▸ **DIRECTIONS FOR THIS TASK**
In the listing below, find the line containing "v 4 1.2761 4.2721" and the line containing "v 1.6011 2.2037 -5.346". Repeat exactly those two lines and every line between them, nothing more.

▸ **INPUT DATA**
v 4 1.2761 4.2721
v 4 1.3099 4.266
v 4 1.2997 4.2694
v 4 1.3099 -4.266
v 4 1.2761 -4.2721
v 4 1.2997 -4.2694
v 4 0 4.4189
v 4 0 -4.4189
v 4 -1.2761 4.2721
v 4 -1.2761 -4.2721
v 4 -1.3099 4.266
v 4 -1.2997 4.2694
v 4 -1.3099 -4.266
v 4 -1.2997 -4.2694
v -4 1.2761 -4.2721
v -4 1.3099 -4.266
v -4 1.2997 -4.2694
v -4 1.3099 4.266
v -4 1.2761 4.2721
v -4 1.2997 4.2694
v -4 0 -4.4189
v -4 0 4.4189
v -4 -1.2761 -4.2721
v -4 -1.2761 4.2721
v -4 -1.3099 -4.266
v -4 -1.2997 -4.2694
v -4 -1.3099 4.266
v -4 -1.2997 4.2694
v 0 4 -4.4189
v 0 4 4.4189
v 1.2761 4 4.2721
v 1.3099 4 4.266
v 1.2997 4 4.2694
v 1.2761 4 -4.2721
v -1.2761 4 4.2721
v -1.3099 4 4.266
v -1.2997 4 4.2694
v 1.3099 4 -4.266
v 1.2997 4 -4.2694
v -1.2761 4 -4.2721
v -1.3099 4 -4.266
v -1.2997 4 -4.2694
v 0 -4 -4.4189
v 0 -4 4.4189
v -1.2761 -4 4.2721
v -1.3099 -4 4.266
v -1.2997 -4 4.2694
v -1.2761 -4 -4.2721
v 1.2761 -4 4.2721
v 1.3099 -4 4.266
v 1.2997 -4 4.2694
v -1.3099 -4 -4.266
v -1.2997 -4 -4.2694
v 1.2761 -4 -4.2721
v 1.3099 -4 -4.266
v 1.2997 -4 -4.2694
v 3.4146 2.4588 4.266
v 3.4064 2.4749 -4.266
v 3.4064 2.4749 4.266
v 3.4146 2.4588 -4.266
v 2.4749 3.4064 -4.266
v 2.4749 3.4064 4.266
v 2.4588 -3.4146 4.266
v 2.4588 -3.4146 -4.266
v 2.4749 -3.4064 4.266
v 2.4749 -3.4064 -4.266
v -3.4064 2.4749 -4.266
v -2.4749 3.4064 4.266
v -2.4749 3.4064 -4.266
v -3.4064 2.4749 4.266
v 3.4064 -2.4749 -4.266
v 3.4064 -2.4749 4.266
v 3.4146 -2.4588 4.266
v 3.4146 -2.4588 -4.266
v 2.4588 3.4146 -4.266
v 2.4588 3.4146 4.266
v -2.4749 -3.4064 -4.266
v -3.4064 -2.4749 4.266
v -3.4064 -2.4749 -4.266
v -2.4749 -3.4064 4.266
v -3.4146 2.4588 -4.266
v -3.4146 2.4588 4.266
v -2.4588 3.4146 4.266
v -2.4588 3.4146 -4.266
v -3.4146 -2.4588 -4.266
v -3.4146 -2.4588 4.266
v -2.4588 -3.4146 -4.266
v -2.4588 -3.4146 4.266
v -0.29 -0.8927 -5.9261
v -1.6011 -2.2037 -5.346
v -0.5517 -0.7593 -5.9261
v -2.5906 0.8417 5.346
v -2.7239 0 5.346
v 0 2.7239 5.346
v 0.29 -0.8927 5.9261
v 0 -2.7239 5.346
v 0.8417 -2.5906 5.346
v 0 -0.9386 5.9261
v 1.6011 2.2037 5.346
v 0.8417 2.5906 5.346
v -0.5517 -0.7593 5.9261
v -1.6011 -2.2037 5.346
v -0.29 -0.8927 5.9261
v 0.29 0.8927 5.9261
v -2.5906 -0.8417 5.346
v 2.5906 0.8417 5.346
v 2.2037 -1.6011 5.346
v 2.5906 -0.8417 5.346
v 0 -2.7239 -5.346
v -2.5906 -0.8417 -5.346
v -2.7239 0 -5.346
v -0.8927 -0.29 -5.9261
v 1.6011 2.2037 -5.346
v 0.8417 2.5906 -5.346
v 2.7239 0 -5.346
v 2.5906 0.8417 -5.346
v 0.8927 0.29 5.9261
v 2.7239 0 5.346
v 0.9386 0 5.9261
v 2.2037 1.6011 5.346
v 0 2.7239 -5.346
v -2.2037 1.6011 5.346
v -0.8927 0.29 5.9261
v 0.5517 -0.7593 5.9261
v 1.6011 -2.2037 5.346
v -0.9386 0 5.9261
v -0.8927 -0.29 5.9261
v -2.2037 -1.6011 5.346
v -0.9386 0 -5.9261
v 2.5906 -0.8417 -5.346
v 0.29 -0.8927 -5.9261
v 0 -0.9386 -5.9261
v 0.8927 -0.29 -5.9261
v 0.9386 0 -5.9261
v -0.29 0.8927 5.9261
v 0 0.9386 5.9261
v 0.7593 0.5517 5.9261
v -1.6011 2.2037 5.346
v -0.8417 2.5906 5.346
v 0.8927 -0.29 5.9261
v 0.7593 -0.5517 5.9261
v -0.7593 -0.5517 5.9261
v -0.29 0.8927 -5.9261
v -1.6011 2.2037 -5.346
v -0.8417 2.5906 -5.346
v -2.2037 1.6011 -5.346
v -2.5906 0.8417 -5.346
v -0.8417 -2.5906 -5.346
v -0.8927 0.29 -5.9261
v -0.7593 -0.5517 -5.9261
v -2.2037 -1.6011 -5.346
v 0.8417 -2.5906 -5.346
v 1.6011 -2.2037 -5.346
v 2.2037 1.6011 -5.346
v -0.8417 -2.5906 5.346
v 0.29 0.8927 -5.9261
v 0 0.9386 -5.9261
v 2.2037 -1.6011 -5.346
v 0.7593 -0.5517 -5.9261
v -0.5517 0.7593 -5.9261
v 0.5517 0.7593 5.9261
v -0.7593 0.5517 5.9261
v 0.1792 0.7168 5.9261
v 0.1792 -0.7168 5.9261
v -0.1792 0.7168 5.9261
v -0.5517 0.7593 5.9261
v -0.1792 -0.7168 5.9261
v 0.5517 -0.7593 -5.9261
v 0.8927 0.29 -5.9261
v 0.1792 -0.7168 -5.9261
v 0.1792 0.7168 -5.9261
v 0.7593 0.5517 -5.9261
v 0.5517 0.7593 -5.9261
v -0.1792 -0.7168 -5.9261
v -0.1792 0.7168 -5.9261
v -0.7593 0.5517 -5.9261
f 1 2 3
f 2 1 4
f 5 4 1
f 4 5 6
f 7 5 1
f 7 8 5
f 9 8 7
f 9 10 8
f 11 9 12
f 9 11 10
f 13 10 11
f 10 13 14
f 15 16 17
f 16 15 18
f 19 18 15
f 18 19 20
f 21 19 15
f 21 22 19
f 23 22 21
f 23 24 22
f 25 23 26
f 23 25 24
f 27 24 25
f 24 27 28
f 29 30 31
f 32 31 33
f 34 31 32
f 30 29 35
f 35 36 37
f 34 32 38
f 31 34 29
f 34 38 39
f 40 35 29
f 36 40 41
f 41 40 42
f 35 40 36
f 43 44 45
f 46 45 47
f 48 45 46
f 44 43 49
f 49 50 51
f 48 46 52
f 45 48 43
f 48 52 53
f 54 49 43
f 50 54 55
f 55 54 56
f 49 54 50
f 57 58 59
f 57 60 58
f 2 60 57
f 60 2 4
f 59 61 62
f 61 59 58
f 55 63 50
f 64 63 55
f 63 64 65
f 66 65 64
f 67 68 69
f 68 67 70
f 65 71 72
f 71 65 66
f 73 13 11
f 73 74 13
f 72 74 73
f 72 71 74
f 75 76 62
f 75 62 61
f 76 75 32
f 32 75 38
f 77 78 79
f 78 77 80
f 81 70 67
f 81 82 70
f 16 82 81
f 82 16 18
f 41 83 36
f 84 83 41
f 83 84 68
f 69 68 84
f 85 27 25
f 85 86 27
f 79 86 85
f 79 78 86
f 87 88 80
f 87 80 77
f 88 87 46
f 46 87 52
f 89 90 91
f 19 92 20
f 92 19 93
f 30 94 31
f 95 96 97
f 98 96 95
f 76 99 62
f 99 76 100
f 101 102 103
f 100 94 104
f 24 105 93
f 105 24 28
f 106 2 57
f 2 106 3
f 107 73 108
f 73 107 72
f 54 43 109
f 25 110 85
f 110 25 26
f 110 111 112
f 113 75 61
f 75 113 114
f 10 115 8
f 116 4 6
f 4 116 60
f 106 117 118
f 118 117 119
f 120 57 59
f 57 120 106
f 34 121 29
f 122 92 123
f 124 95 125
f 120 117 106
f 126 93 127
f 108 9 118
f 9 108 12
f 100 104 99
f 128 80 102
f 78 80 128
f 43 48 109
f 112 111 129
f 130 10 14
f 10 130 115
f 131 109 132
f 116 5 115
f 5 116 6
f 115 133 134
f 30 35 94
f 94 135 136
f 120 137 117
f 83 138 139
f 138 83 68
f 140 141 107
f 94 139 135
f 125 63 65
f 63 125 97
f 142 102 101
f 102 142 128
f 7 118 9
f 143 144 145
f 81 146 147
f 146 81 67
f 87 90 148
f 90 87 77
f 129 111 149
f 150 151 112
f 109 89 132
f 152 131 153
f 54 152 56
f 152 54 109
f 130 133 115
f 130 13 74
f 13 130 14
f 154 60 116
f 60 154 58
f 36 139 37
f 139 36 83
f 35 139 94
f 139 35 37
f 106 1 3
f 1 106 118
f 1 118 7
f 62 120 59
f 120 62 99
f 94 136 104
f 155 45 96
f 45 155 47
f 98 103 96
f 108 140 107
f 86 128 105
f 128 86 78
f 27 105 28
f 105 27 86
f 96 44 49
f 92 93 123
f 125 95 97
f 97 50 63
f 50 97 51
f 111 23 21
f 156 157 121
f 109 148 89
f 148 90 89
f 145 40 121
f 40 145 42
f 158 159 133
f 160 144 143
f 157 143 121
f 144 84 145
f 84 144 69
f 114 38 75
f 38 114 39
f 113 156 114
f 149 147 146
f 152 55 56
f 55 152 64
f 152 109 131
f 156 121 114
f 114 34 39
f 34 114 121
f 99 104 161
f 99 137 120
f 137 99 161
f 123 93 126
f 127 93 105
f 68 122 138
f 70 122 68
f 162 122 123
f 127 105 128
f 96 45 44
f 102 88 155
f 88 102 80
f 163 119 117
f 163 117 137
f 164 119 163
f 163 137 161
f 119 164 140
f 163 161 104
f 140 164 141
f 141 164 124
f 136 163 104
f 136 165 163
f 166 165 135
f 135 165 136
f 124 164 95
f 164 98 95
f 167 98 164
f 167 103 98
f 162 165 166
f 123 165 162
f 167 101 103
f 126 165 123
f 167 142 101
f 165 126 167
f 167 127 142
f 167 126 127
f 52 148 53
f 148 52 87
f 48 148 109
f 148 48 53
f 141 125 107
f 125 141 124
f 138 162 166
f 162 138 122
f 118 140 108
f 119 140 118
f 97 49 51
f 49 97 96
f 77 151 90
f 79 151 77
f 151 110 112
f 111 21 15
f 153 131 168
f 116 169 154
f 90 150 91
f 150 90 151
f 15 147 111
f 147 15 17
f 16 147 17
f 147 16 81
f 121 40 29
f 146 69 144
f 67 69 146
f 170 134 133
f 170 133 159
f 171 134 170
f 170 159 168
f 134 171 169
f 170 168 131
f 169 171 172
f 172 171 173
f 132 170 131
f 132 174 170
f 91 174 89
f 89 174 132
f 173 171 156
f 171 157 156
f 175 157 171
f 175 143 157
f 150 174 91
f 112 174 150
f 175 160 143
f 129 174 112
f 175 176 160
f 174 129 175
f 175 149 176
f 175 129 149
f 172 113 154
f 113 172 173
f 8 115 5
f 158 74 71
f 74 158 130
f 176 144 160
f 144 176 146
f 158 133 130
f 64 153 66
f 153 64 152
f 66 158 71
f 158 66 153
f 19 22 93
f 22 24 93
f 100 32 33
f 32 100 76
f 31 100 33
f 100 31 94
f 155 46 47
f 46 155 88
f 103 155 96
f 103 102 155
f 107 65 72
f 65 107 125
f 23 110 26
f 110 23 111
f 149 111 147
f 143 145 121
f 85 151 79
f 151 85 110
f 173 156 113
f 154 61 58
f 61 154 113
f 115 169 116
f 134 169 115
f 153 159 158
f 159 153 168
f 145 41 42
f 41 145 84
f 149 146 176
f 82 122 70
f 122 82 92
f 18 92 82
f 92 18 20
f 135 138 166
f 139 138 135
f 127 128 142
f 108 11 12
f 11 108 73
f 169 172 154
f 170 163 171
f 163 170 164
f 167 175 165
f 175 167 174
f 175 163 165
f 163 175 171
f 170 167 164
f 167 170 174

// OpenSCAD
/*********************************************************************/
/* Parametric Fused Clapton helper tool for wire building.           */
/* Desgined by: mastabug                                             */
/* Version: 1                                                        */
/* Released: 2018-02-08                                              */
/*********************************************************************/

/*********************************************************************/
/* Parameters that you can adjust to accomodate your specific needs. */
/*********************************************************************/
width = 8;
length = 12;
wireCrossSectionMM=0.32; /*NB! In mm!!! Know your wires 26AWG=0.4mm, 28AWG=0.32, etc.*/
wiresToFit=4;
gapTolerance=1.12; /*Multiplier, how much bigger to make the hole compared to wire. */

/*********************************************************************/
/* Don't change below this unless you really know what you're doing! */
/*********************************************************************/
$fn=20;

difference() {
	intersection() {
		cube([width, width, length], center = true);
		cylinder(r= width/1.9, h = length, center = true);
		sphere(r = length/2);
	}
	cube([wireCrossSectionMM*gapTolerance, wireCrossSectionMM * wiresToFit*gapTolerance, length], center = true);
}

---

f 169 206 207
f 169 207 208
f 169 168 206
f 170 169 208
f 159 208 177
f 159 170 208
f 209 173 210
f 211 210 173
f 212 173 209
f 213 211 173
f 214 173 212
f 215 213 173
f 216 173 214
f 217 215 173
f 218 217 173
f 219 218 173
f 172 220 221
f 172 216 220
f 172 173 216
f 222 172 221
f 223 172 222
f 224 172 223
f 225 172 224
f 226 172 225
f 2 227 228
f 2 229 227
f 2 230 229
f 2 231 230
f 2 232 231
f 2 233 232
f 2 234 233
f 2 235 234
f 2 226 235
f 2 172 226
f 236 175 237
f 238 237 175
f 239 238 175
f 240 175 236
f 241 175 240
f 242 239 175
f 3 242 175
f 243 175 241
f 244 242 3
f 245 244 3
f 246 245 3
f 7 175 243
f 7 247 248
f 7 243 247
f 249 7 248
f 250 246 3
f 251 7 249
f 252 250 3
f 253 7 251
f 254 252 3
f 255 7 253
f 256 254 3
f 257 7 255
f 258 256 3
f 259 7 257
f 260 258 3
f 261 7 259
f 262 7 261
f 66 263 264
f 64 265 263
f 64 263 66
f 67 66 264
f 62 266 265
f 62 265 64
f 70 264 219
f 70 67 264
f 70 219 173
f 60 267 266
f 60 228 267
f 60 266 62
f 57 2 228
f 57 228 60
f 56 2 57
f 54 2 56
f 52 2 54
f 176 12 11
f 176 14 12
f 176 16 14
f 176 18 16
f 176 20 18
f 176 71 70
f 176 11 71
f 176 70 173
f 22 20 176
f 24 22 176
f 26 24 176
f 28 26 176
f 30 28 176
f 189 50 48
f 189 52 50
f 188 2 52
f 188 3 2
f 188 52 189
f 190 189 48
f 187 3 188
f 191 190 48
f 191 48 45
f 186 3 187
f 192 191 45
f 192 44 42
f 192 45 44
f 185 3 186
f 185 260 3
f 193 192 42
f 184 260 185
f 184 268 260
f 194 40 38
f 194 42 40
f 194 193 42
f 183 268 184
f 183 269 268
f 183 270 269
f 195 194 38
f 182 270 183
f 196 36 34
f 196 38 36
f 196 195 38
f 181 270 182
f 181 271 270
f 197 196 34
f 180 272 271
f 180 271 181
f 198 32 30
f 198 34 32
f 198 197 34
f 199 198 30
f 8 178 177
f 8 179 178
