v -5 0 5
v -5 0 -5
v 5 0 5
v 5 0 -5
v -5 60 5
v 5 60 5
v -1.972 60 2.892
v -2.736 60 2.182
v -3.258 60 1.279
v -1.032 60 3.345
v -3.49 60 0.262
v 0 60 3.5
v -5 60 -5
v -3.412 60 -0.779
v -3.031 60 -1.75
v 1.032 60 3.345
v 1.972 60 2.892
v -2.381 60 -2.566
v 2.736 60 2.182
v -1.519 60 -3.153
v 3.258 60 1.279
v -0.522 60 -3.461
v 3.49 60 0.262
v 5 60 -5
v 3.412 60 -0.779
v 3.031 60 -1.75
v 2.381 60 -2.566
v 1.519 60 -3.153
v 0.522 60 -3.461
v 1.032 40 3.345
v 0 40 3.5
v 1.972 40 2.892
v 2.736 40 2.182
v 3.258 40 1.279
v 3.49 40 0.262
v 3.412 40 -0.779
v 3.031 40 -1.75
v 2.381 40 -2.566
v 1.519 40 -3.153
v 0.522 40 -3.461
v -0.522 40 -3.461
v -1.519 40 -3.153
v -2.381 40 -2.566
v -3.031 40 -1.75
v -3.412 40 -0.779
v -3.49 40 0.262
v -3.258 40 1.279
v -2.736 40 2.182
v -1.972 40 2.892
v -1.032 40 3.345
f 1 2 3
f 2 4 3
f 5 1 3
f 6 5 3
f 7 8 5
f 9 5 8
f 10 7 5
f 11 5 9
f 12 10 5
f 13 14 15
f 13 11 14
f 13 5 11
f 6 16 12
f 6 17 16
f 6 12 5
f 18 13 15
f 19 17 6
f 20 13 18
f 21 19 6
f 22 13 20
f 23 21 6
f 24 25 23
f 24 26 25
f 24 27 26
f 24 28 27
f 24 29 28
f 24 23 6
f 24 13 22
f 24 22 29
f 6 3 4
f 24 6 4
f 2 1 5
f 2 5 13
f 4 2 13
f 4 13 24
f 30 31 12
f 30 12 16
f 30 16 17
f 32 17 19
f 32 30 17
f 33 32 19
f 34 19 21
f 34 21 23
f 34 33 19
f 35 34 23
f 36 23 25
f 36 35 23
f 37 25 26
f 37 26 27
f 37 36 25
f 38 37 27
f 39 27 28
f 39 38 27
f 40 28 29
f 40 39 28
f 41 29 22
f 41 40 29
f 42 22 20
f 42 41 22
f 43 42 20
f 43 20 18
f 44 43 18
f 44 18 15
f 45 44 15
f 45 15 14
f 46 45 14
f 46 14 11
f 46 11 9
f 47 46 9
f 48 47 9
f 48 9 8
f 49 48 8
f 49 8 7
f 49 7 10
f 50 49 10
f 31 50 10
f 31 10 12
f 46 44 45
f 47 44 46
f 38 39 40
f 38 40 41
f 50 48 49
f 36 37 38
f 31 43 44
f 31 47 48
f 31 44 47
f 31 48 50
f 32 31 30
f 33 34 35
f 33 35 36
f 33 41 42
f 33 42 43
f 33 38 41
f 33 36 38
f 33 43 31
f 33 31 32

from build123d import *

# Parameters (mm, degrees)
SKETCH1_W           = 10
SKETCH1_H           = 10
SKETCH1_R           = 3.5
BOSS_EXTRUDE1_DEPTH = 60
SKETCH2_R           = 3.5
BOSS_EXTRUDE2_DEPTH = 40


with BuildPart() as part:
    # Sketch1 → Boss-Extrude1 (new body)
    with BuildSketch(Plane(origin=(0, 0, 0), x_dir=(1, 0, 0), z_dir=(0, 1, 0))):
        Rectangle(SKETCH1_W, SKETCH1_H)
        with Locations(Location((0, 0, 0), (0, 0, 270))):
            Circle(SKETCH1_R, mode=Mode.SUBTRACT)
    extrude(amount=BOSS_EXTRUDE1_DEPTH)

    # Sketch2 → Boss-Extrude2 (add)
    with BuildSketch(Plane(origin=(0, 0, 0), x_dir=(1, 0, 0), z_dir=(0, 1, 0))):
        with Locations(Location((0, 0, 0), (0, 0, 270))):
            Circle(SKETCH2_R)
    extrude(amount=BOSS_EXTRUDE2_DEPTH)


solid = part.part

==

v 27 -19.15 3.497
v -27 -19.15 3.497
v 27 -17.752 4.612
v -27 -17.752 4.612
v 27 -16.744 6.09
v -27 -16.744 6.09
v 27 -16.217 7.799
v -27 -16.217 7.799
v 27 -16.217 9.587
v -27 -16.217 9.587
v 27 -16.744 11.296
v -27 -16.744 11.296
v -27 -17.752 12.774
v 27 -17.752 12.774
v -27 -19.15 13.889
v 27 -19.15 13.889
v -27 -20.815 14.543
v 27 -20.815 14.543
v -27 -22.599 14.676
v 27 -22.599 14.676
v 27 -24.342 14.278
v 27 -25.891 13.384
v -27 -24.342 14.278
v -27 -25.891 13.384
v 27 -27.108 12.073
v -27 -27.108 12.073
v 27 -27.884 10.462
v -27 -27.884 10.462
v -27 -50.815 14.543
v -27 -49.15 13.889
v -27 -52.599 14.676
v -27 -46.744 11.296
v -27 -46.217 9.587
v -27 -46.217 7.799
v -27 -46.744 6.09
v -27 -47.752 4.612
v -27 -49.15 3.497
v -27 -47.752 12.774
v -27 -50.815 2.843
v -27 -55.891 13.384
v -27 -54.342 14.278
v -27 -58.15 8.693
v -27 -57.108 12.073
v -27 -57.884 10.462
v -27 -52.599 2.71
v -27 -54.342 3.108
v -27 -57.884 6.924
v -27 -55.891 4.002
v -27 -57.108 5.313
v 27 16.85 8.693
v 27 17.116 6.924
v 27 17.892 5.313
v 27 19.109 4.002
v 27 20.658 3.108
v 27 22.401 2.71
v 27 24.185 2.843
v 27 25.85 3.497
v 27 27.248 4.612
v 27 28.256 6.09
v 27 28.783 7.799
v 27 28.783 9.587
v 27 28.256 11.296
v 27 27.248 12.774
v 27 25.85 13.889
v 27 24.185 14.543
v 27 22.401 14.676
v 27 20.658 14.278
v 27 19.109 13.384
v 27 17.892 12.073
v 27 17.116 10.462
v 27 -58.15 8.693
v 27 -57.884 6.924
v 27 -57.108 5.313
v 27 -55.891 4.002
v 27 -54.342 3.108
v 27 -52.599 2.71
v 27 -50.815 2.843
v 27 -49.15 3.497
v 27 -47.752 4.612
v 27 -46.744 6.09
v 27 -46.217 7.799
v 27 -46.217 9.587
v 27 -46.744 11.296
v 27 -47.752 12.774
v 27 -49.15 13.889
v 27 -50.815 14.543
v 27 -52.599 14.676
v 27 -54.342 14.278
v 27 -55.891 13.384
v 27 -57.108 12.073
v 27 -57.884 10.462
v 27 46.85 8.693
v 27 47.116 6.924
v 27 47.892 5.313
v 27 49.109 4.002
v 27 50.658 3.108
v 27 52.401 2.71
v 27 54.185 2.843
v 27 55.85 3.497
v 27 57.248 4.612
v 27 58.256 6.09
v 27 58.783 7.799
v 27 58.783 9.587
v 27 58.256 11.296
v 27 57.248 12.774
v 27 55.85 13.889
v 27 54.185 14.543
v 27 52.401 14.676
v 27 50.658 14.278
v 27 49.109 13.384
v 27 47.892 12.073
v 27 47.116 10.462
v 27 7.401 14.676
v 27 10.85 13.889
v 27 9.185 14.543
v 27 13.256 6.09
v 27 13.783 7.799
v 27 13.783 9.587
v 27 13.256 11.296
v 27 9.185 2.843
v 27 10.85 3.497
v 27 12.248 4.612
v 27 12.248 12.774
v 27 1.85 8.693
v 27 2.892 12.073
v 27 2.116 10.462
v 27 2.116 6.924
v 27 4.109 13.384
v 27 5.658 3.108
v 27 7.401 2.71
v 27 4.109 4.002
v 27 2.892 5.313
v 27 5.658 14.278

▸ **ANSWER SPACE**
v 4 1.2761 4.2721
v 4 1.3099 4.266
v 4 1.2997 4.2694
v 4 1.3099 -4.266
v 4 1.2761 -4.2721
v 4 1.2997 -4.2694
v 4 0 4.4189
v 4 0 -4.4189
v 4 -1.2761 4.2721
v 4 -1.2761 -4.2721
v 4 -1.3099 4.266
v 4 -1.2997 4.2694
v 4 -1.3099 -4.266
v 4 -1.2997 -4.2694
v -4 1.2761 -4.2721
v -4 1.3099 -4.266
v -4 1.2997 -4.2694
v -4 1.3099 4.266
v -4 1.2761 4.2721
v -4 1.2997 4.2694
v -4 0 -4.4189
v -4 0 4.4189
v -4 -1.2761 -4.2721
v -4 -1.2761 4.2721
v -4 -1.3099 -4.266
v -4 -1.2997 -4.2694
v -4 -1.3099 4.266
v -4 -1.2997 4.2694
v 0 4 -4.4189
v 0 4 4.4189
v 1.2761 4 4.2721
v 1.3099 4 4.266
v 1.2997 4 4.2694
v 1.2761 4 -4.2721
v -1.2761 4 4.2721
v -1.3099 4 4.266
v -1.2997 4 4.2694
v 1.3099 4 -4.266
v 1.2997 4 -4.2694
v -1.2761 4 -4.2721
v -1.3099 4 -4.266
v -1.2997 4 -4.2694
v 0 -4 -4.4189
v 0 -4 4.4189
v -1.2761 -4 4.2721
v -1.3099 -4 4.266
v -1.2997 -4 4.2694
v -1.2761 -4 -4.2721
v 1.2761 -4 4.2721
v 1.3099 -4 4.266
v 1.2997 -4 4.2694
v -1.3099 -4 -4.266
v -1.2997 -4 -4.2694
v 1.2761 -4 -4.2721
v 1.3099 -4 -4.266
v 1.2997 -4 -4.2694
v 3.4146 2.4588 4.266
v 3.4064 2.4749 -4.266
v 3.4064 2.4749 4.266
v 3.4146 2.4588 -4.266
v 2.4749 3.4064 -4.266
v 2.4749 3.4064 4.266
v 2.4588 -3.4146 4.266
v 2.4588 -3.4146 -4.266
v 2.4749 -3.4064 4.266
v 2.4749 -3.4064 -4.266
v -3.4064 2.4749 -4.266
v -2.4749 3.4064 4.266
v -2.4749 3.4064 -4.266
v -3.4064 2.4749 4.266
v 3.4064 -2.4749 -4.266
v 3.4064 -2.4749 4.266
v 3.4146 -2.4588 4.266
v 3.4146 -2.4588 -4.266
v 2.4588 3.4146 -4.266
v 2.4588 3.4146 4.266
v -2.4749 -3.4064 -4.266
v -3.4064 -2.4749 4.266
v -3.4064 -2.4749 -4.266
v -2.4749 -3.4064 4.266
v -3.4146 2.4588 -4.266
v -3.4146 2.4588 4.266
v -2.4588 3.4146 4.266
v -2.4588 3.4146 -4.266
v -3.4146 -2.4588 -4.266
v -3.4146 -2.4588 4.266
v -2.4588 -3.4146 -4.266
v -2.4588 -3.4146 4.266
v -0.29 -0.8927 -5.9261
v -1.6011 -2.2037 -5.346
v -0.5517 -0.7593 -5.9261
v -2.5906 0.8417 5.346
v -2.7239 0 5.346
v 0 2.7239 5.346
v 0.29 -0.8927 5.9261
v 0 -2.7239 5.346
v 0.8417 -2.5906 5.346
v 0 -0.9386 5.9261
v 1.6011 2.2037 5.346
v 0.8417 2.5906 5.346
v -0.5517 -0.7593 5.9261
v -1.6011 -2.2037 5.346
v -0.29 -0.8927 5.9261
v 0.29 0.8927 5.9261
v -2.5906 -0.8417 5.346
v 2.5906 0.8417 5.346
v 2.2037 -1.6011 5.346
v 2.5906 -0.8417 5.346
v 0 -2.7239 -5.346
v -2.5906 -0.8417 -5.346
v -2.7239 0 -5.346
v -0.8927 -0.29 -5.9261
v 1.6011 2.2037 -5.346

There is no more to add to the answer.